[DATA TO EXAMINE — start]
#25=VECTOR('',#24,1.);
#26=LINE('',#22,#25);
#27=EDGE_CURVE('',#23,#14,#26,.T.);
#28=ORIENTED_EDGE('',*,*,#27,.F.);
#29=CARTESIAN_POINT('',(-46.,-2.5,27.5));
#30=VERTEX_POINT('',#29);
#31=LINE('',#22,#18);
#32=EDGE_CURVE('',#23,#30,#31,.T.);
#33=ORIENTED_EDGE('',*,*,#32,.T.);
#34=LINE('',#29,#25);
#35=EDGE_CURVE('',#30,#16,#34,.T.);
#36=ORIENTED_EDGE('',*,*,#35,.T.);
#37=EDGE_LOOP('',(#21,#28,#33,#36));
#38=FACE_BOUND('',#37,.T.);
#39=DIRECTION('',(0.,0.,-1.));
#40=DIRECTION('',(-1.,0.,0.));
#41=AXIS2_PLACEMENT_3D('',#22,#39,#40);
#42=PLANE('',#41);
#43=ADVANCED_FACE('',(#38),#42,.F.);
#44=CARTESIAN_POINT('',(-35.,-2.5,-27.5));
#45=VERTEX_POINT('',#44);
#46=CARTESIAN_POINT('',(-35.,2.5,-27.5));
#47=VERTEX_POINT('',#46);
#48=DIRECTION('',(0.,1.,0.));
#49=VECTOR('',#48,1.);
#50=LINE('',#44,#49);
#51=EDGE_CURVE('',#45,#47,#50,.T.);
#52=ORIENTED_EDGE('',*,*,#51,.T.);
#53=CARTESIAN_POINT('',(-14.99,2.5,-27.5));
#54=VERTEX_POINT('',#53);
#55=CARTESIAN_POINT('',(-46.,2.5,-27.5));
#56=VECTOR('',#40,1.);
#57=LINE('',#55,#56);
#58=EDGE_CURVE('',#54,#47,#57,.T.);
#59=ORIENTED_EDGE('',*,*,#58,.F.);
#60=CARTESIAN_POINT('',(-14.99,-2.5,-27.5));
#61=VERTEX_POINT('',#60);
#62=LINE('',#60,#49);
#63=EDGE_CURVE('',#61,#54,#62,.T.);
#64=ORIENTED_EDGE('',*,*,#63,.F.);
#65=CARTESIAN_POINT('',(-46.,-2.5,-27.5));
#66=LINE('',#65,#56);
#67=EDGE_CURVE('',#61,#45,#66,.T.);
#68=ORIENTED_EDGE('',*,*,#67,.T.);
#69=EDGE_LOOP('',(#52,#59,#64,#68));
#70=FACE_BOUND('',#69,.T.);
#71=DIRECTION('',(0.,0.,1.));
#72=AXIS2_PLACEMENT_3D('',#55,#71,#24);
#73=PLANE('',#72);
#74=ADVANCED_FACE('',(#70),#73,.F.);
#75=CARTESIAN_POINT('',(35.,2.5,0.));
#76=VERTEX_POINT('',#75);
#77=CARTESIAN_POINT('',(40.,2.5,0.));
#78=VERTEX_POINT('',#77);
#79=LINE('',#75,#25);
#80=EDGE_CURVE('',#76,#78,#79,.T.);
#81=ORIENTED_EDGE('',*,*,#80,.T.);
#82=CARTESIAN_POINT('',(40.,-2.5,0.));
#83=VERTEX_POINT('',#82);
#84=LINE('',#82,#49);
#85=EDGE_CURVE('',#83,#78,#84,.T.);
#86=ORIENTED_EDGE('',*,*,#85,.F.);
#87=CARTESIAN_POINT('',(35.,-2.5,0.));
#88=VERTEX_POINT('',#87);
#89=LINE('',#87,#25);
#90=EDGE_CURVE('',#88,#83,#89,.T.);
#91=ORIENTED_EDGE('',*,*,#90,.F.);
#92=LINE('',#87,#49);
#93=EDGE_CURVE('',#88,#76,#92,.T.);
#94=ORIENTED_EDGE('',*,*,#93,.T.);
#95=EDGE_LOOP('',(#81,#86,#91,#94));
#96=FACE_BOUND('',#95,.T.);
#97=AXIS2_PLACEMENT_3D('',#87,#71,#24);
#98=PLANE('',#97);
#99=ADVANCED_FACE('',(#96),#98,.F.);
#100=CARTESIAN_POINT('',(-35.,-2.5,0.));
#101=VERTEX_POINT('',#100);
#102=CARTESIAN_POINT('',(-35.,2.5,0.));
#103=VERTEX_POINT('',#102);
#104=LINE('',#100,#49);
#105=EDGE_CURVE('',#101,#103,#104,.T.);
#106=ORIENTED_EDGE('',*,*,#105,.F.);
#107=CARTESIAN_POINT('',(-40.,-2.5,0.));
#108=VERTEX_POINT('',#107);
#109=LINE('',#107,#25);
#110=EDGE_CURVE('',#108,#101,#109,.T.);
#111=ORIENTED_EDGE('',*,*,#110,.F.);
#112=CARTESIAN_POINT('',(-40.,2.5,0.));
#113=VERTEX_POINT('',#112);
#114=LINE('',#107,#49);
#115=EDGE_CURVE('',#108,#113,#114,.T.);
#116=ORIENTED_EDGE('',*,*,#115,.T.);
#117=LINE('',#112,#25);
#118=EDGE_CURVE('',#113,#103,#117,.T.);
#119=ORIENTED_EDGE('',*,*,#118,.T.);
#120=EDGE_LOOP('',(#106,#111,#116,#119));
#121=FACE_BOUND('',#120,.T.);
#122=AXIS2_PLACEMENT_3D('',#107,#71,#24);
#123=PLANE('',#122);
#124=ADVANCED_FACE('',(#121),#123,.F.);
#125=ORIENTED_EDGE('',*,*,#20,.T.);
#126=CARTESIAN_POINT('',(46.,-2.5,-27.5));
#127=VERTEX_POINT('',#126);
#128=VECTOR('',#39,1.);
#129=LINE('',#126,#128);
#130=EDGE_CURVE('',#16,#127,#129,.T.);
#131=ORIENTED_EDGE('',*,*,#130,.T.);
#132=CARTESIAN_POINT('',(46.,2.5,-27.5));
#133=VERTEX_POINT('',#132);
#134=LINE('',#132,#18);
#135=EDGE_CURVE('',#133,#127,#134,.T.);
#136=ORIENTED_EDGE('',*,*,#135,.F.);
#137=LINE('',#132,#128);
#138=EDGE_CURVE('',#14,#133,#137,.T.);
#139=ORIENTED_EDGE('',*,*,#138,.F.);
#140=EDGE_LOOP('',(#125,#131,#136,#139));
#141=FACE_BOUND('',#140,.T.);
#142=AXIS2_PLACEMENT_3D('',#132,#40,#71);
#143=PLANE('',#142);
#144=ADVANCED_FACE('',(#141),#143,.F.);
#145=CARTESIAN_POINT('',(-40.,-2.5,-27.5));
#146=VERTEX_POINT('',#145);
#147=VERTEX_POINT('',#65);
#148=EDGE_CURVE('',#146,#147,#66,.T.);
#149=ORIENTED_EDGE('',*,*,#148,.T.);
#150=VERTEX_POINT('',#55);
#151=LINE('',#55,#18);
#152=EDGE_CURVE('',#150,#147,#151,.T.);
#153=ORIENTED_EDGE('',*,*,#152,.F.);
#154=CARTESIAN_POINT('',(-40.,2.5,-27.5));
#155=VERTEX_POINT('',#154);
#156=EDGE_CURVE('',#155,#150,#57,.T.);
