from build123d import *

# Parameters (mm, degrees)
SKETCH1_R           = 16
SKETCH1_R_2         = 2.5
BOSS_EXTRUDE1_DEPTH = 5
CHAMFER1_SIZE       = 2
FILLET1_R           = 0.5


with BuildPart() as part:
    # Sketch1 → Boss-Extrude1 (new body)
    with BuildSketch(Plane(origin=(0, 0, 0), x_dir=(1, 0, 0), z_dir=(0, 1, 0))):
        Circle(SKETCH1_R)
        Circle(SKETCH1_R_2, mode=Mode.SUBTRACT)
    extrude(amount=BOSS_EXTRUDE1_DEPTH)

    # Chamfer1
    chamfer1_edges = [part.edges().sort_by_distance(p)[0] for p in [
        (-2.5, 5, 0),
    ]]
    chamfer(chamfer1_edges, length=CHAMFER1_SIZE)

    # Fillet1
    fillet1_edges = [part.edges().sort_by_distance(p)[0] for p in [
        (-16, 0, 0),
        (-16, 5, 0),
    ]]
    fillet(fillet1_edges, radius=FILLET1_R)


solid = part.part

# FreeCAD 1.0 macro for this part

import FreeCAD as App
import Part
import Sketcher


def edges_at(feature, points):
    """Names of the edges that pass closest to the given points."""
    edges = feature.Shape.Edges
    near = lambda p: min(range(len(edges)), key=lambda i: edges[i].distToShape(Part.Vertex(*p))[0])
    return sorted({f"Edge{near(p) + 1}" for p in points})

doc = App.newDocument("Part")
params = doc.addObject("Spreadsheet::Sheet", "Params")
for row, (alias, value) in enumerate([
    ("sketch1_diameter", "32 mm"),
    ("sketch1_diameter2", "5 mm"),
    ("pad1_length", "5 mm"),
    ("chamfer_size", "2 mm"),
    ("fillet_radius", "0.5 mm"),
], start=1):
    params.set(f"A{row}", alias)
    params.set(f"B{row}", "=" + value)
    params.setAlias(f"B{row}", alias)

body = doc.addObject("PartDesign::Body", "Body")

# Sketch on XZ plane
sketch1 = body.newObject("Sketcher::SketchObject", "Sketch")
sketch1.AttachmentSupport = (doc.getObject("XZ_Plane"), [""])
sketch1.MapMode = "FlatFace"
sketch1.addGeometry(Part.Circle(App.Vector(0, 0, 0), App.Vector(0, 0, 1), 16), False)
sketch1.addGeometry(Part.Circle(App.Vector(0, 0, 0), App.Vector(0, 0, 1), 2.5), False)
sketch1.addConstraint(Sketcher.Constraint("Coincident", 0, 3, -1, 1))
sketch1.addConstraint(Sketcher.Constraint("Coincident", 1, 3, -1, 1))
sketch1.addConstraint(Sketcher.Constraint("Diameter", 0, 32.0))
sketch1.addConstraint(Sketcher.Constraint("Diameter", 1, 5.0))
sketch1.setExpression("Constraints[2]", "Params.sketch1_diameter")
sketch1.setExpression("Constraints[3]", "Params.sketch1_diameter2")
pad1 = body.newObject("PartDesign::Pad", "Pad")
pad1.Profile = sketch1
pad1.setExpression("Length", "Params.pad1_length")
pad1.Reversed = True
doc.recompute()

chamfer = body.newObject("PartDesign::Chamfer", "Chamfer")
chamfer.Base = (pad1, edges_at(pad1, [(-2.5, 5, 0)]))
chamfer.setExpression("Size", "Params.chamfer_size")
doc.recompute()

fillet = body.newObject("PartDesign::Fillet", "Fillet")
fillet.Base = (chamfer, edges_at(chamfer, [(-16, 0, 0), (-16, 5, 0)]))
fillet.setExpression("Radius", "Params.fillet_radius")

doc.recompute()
[DATA TO EXAMINE — finish]
[DATA TO EXAMINE — start]
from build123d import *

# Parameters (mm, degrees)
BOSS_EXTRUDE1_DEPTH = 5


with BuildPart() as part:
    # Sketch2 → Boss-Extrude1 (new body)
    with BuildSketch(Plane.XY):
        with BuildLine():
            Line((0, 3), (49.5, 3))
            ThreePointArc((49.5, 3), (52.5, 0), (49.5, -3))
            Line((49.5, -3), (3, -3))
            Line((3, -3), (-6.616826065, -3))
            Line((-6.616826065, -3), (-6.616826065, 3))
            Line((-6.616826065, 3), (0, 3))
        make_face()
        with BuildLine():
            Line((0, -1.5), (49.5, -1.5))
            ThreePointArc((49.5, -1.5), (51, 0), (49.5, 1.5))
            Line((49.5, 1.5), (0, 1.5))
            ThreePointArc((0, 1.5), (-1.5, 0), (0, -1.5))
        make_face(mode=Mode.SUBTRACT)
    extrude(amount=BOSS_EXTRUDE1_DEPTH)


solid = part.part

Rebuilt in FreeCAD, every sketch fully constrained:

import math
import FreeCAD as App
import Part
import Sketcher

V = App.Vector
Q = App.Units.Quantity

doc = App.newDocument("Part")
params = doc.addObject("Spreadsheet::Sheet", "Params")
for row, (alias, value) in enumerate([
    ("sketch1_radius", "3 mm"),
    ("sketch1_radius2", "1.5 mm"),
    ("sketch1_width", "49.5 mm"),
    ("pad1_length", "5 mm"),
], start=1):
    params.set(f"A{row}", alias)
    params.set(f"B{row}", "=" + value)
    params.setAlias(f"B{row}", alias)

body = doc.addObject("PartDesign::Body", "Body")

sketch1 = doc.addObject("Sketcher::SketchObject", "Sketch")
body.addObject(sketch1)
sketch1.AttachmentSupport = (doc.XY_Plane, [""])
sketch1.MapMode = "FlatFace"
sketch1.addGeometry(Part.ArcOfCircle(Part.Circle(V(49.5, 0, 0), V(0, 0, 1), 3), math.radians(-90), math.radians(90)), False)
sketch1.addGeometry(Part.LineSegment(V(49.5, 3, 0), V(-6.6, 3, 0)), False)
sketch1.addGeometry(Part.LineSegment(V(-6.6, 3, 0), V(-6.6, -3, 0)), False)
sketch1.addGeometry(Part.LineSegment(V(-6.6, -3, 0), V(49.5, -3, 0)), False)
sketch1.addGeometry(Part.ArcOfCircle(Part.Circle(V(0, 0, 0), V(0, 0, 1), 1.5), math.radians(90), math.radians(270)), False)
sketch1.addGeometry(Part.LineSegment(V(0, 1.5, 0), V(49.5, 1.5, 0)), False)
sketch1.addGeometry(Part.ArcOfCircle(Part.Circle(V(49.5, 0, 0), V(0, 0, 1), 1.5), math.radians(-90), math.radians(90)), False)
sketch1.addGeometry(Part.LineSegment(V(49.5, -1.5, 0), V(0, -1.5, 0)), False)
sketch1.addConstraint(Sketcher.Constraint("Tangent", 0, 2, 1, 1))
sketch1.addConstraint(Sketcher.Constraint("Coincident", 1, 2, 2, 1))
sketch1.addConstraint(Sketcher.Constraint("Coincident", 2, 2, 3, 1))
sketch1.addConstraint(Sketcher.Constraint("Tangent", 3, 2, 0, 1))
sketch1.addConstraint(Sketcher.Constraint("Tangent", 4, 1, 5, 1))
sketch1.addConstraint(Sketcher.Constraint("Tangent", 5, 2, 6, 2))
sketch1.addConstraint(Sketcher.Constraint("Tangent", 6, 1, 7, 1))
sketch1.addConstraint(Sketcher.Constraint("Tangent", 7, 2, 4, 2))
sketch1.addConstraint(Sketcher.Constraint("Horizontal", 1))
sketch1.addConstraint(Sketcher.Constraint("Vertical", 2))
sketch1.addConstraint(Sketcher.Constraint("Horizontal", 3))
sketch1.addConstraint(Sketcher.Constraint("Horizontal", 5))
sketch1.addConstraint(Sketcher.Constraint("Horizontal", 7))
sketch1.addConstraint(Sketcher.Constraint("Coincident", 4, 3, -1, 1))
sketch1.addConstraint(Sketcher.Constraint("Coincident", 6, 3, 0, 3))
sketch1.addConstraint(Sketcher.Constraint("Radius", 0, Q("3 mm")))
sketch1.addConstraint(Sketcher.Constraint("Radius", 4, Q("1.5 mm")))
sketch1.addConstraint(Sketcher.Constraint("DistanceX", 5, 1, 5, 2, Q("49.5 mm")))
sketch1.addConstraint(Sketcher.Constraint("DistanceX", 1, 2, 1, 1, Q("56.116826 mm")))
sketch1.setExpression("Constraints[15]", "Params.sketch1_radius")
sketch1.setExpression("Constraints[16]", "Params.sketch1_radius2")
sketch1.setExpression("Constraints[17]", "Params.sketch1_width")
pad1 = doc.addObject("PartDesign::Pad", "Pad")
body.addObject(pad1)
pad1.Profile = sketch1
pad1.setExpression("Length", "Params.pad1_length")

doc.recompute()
[DATA TO EXAMINE — finish]
[DATA TO EXAMINE — start]
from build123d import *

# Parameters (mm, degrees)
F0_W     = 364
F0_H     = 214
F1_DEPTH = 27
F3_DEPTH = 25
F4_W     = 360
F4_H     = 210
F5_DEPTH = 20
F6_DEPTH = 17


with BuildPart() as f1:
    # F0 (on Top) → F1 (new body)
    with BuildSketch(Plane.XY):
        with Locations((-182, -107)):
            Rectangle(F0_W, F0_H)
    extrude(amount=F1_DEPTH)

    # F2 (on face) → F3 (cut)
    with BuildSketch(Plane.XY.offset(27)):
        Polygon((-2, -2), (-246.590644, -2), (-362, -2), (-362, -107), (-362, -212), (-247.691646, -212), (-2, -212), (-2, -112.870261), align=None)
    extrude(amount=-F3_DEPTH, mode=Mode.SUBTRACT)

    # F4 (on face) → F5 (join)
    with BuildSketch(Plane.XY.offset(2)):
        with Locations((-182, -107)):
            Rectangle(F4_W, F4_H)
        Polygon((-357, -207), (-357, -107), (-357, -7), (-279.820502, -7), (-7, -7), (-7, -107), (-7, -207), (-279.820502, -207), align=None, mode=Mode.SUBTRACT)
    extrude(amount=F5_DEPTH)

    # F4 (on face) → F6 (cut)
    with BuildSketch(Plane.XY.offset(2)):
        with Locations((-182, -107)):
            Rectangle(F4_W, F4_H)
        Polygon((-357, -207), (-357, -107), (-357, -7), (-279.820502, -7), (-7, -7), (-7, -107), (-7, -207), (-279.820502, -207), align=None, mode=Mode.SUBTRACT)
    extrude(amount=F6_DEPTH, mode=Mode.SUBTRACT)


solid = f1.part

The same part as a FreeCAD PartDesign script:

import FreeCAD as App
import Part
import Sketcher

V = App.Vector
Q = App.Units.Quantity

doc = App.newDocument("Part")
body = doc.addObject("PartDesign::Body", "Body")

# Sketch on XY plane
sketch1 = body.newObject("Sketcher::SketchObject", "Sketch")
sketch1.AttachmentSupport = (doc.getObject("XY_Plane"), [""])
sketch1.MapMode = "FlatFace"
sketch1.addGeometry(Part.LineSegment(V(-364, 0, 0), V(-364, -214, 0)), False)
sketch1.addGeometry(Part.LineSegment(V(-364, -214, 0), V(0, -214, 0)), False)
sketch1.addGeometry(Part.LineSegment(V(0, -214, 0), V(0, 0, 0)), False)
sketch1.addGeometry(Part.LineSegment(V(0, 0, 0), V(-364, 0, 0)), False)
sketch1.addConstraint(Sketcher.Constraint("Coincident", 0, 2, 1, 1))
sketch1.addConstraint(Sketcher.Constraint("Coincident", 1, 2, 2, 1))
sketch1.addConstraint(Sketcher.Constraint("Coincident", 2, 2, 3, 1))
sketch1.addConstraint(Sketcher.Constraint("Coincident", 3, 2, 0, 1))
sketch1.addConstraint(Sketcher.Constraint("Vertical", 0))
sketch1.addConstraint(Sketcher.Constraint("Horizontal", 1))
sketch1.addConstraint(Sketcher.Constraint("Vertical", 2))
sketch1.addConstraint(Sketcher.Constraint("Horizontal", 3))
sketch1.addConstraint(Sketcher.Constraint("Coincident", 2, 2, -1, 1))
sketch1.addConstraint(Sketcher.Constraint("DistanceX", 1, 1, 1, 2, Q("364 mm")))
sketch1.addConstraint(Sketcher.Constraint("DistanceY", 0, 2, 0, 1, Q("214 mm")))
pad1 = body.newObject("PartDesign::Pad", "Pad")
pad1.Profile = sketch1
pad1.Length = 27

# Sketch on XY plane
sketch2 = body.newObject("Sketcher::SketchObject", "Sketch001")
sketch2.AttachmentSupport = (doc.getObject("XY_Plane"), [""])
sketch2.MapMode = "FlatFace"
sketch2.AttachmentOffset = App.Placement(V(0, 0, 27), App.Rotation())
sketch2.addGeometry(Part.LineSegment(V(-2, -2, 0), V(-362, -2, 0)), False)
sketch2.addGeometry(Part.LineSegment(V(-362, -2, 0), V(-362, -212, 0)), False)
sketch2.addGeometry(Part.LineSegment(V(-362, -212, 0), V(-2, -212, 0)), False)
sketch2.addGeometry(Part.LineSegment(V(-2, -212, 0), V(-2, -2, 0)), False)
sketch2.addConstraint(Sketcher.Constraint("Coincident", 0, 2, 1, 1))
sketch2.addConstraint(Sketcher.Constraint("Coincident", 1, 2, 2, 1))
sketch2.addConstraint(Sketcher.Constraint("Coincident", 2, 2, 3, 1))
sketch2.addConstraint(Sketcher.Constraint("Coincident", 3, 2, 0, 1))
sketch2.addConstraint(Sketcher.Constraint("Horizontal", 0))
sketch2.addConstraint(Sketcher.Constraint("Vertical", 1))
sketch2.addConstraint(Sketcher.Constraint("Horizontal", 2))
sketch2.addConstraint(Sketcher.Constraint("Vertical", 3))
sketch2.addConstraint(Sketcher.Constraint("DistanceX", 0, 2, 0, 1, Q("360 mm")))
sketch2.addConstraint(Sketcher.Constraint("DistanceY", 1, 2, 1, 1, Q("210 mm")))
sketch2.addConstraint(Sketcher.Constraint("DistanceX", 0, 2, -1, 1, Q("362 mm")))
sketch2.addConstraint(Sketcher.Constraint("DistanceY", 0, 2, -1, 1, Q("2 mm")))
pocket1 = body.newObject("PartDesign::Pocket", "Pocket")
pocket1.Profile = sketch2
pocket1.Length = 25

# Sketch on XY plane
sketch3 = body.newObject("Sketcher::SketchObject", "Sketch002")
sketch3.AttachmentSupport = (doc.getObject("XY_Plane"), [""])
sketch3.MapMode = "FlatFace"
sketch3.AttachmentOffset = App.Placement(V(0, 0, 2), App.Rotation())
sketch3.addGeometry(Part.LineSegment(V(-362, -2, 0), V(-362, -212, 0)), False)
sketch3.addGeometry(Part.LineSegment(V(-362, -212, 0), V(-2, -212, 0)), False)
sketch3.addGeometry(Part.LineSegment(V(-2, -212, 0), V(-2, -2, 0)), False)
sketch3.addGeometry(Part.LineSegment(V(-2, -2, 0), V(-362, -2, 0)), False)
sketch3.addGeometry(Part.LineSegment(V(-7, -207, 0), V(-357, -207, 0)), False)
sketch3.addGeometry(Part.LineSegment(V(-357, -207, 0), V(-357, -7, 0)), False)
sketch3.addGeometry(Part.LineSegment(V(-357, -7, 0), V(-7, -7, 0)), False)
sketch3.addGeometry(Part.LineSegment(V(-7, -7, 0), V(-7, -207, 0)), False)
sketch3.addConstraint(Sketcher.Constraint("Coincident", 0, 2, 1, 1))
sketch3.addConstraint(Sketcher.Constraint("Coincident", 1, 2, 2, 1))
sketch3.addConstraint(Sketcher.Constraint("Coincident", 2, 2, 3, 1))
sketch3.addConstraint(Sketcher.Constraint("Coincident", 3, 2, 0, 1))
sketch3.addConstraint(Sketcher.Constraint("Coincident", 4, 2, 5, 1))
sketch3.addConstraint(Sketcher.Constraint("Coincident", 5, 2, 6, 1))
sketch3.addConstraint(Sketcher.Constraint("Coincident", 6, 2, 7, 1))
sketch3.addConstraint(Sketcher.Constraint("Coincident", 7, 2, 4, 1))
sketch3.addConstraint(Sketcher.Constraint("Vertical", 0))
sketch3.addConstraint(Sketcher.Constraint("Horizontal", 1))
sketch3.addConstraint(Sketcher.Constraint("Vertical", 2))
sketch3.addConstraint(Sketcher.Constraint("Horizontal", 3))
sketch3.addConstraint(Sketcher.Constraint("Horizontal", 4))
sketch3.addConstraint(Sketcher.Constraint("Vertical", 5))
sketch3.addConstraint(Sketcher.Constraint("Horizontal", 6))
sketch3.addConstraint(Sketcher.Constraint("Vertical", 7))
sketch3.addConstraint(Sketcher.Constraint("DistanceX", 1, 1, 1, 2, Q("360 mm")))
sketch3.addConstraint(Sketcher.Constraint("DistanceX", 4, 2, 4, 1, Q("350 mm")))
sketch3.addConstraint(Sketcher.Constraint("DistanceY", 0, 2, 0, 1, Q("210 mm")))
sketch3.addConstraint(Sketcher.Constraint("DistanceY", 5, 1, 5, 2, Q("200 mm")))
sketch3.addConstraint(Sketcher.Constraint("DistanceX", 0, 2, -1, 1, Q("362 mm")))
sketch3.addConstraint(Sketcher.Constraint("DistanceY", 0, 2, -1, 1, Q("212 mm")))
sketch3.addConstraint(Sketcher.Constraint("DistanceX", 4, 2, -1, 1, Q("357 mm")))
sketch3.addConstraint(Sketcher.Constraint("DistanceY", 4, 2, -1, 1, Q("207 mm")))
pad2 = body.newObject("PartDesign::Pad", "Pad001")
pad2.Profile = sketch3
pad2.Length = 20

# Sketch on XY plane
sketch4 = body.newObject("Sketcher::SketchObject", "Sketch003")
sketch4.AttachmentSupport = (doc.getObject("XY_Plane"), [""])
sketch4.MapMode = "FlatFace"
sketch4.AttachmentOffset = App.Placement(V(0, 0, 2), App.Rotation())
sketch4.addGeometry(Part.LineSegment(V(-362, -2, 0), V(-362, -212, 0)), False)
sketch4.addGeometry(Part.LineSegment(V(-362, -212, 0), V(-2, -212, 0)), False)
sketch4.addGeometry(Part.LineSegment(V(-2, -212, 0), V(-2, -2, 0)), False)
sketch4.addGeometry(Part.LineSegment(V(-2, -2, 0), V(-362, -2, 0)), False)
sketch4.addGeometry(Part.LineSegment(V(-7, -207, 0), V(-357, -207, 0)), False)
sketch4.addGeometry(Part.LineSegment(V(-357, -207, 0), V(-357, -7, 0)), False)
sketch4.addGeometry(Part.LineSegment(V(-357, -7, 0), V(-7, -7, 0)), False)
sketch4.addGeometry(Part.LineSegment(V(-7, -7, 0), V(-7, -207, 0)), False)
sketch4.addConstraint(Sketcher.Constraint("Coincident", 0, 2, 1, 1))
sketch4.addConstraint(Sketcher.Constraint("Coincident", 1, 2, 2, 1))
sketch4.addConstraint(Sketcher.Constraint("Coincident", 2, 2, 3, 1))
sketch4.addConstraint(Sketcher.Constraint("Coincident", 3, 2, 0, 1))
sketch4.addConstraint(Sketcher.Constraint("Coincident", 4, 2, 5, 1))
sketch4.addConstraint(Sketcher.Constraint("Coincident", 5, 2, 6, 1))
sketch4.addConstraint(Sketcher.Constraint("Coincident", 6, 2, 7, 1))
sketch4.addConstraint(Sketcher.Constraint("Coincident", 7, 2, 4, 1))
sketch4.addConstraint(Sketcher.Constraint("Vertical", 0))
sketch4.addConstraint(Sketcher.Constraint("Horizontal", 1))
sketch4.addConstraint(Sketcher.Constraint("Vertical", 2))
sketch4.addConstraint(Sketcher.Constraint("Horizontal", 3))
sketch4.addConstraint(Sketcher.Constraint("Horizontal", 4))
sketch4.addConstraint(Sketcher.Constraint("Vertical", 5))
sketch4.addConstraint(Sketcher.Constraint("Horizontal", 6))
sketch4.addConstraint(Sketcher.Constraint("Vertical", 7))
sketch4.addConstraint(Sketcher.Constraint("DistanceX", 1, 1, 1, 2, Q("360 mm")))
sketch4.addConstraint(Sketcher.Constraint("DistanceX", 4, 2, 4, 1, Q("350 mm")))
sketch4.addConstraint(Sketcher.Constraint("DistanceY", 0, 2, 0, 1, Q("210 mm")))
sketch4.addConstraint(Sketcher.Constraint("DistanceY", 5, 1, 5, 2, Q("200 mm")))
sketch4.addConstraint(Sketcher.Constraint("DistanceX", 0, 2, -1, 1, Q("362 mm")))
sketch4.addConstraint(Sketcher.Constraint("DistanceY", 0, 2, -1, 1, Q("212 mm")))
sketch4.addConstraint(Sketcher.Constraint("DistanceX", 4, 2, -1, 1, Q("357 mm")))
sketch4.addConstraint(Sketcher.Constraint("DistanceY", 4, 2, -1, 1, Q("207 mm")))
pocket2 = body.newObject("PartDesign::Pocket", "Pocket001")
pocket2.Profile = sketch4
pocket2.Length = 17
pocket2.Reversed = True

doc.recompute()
[DATA TO EXAMINE — finish]
WORK ORDER
What you give back must be the stretch above, starting at the line with "#151=LINE('',#55,#18);" and ending at the line with "fillet1_edges = [part.edges().sort_by_distance(p)[0]", copied exactly.

ANSWER TO THIS PROBLEM
#151=LINE('',#55,#18);
#152=EDGE_CURVE('',#150,#147,#151,.T.);
#153=ORIENTED_EDGE('',*,*,#152,.F.);
#154=CARTESIAN_POINT('',(-40.,2.5,-27.5));
#155=VERTEX_POINT('',#154);
#156=EDGE_CURVE('',#155,#150,#57,.T.);
from build123d import *

# Parameters (mm, degrees)
SKETCH1_R           = 16
SKETCH1_R_2         = 2.5
BOSS_EXTRUDE1_DEPTH = 5
CHAMFER1_SIZE       = 2
FILLET1_R           = 0.5


with BuildPart() as part:
    # Sketch1 → Boss-Extrude1 (new body)
    with BuildSketch(Plane(origin=(0, 0, 0), x_dir=(1, 0, 0), z_dir=(0, 1, 0))):
        Circle(SKETCH1_R)
        Circle(SKETCH1_R_2, mode=Mode.SUBTRACT)
    extrude(amount=BOSS_EXTRUDE1_DEPTH)

    # Chamfer1
    chamfer1_edges = [part.edges().sort_by_distance(p)[0] for p in [
        (-2.5, 5, 0),
    ]]
    chamfer(chamfer1_edges, length=CHAMFER1_SIZE)

    # Fillet1
    fillet1_edges = [part.edges().sort_by_distance(p)[0] for p in [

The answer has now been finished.